• [Problem details]
Find the line with "f 165 164 163" and the line with "f 51 205 204" in the entries below; output exactly those two lines, every line between them, and no others.

• [Data excerpts]

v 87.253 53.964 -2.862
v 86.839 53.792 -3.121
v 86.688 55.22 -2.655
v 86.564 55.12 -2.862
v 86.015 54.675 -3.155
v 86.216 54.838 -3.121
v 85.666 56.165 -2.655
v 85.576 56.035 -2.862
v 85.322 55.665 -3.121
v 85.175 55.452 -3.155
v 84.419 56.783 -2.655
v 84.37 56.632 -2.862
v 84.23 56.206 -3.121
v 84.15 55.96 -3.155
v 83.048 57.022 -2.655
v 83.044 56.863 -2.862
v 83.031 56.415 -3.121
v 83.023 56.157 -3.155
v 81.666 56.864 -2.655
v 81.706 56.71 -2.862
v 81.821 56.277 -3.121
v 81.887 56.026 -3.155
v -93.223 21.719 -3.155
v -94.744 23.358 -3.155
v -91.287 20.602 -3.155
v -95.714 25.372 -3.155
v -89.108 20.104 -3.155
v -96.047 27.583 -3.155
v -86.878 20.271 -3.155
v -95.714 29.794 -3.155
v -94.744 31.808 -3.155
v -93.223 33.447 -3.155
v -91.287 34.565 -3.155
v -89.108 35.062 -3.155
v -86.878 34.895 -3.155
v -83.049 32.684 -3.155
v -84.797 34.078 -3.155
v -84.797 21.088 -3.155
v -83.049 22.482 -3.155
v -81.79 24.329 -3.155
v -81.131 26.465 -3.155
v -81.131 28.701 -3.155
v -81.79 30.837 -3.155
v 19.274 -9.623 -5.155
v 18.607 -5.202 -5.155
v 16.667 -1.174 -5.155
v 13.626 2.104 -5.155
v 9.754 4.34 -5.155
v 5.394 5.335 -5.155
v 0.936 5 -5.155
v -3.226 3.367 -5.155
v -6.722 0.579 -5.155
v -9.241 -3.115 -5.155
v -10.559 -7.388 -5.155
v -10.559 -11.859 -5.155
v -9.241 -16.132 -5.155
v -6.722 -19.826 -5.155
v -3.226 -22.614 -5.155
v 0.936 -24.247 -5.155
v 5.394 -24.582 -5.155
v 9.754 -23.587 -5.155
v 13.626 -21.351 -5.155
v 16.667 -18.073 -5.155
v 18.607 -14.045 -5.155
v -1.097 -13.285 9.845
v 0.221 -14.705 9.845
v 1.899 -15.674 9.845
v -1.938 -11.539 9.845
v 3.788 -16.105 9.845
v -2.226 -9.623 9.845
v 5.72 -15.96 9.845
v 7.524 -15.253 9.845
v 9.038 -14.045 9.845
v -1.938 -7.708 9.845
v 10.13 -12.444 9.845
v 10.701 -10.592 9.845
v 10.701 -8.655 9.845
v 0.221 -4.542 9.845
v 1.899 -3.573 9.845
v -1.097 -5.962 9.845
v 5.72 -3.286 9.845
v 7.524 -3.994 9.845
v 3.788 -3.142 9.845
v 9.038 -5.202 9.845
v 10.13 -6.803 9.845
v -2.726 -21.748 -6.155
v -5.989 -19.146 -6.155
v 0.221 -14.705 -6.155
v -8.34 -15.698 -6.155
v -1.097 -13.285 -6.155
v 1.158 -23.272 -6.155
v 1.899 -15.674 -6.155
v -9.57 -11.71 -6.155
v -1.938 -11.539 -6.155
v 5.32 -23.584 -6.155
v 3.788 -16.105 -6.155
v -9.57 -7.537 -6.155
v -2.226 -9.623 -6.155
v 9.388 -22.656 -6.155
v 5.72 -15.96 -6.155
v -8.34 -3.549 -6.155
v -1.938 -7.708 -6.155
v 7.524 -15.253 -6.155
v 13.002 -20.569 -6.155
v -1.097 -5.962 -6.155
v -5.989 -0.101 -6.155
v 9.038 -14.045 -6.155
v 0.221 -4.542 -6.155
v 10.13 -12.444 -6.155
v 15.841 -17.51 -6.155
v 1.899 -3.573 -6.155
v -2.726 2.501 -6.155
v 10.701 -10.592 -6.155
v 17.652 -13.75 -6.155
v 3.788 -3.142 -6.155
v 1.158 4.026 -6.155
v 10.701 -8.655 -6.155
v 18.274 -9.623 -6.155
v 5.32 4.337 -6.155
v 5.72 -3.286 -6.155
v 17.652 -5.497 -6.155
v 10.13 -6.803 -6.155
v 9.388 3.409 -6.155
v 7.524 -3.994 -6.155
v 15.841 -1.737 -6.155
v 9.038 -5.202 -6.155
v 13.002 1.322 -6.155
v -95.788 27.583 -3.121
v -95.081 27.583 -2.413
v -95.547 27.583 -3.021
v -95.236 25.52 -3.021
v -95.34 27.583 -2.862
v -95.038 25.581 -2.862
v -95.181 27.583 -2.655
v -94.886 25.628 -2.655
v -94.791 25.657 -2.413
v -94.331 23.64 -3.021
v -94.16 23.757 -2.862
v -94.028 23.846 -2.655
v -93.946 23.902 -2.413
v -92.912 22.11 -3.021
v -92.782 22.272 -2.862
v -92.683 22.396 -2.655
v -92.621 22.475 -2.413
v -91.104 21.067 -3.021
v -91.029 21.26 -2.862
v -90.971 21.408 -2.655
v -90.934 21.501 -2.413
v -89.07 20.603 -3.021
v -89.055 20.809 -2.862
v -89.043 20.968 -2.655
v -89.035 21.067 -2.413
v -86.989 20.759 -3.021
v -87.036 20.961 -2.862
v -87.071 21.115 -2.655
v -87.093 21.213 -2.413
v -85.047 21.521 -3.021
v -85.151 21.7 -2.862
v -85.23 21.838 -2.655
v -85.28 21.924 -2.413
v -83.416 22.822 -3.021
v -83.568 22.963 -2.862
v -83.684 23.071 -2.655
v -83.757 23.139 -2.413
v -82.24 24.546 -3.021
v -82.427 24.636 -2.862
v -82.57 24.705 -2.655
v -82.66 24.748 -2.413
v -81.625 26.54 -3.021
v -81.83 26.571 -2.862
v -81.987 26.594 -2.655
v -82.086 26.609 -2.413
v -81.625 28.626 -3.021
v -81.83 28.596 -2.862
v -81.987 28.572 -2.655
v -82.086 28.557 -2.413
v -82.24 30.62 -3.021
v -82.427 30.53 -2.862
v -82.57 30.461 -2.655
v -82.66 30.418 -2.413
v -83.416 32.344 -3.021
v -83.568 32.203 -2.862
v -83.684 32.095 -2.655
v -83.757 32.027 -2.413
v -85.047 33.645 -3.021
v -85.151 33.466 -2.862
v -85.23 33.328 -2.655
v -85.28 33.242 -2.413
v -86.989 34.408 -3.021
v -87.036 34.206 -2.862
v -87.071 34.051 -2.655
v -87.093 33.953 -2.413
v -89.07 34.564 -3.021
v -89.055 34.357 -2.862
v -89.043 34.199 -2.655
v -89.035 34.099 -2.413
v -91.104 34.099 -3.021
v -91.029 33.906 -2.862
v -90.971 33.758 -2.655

==

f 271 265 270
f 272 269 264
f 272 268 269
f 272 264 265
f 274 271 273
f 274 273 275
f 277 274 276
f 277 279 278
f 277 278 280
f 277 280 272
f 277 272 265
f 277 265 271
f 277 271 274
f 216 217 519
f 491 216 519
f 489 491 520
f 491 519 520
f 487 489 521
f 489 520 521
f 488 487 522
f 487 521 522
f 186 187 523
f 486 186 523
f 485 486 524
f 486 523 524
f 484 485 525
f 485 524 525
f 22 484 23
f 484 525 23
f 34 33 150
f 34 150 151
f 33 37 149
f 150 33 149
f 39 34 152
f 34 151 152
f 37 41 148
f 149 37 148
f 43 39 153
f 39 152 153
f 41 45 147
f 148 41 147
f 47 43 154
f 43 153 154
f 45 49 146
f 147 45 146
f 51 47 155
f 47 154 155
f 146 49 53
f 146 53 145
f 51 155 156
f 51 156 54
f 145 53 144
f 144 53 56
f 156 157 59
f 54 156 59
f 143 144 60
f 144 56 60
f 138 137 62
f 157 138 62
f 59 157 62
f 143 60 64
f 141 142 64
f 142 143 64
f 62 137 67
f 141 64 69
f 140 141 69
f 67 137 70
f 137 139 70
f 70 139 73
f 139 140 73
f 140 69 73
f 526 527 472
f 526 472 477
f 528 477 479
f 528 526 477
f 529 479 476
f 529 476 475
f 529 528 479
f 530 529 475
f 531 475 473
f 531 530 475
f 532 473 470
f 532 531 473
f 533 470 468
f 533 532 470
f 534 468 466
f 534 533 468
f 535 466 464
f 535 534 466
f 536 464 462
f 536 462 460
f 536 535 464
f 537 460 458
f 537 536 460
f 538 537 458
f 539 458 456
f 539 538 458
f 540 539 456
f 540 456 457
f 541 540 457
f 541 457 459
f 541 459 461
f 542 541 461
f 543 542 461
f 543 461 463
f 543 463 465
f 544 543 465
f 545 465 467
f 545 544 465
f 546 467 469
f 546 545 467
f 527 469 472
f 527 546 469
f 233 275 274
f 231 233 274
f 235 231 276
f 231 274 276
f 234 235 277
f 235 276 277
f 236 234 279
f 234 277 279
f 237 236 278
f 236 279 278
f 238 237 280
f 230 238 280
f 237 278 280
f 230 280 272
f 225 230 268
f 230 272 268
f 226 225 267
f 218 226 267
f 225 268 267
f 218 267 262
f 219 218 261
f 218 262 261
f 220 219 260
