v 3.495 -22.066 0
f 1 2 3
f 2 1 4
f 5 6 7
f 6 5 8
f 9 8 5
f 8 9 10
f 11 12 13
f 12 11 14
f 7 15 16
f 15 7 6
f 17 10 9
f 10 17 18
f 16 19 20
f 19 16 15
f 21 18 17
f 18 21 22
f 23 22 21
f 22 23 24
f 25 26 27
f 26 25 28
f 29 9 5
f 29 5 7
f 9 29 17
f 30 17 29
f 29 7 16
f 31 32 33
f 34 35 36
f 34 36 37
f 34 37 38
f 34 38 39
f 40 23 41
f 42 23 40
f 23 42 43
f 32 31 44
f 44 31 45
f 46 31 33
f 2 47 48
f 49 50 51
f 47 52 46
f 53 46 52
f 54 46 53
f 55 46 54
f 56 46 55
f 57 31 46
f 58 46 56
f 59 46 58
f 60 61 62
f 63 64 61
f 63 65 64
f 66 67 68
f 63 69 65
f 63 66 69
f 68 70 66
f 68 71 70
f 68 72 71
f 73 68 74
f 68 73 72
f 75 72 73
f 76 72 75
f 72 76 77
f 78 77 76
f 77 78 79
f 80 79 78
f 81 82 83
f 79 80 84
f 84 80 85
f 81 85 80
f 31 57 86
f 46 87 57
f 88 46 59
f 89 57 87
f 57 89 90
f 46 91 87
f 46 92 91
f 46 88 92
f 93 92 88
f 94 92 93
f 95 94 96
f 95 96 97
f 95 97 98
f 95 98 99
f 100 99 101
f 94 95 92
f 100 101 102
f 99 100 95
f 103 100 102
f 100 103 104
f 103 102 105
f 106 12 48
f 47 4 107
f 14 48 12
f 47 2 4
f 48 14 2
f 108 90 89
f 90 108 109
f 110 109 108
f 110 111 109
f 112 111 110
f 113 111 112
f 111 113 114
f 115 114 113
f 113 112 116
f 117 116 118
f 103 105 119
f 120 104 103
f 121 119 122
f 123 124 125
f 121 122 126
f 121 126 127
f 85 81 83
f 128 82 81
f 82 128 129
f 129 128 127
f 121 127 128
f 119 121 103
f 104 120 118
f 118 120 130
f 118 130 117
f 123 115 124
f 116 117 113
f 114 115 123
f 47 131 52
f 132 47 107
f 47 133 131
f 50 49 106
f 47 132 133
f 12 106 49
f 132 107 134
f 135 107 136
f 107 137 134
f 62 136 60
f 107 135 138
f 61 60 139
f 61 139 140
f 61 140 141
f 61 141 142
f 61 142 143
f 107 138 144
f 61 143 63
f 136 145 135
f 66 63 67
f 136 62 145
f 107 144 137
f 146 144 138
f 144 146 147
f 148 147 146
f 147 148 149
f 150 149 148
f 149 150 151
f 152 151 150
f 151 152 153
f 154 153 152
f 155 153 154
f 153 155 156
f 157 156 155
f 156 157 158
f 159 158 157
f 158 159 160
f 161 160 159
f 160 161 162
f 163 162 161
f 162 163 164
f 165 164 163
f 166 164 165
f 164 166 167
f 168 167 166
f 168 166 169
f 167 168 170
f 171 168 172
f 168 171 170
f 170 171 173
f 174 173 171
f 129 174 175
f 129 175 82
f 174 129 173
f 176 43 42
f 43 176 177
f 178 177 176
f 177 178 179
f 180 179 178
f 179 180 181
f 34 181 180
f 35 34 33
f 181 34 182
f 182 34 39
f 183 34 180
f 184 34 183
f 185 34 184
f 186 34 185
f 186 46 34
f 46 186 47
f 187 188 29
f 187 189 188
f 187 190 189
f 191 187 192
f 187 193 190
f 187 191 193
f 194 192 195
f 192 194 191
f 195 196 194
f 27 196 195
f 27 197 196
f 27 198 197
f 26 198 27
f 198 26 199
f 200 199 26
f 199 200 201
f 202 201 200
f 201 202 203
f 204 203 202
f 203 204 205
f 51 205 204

• [Answer section]
f 165 164 163
f 166 164 165
f 164 166 167
f 168 167 166
f 168 166 169
f 167 168 170
f 171 168 172
f 168 171 170
f 170 171 173
f 174 173 171
f 129 174 175
f 129 175 82
f 174 129 173
f 176 43 42
f 43 176 177
f 178 177 176
f 177 178 179
f 180 179 178
f 179 180 181
f 34 181 180
f 35 34 33
f 181 34 182
f 182 34 39
f 183 34 180
f 184 34 183
f 185 34 184
f 186 34 185
f 186 46 34
f 46 186 47
f 187 188 29
f 187 189 188
f 187 190 189
f 191 187 192
f 187 193 190
f 187 191 193
f 194 192 195
f 192 194 191
f 195 196 194
f 27 196 195
f 27 197 196
f 27 198 197
f 26 198 27
f 198 26 199
f 200 199 26
f 199 200 201
f 202 201 200
f 201 202 203
f 204 203 202
f 203 204 205
f 51 205 204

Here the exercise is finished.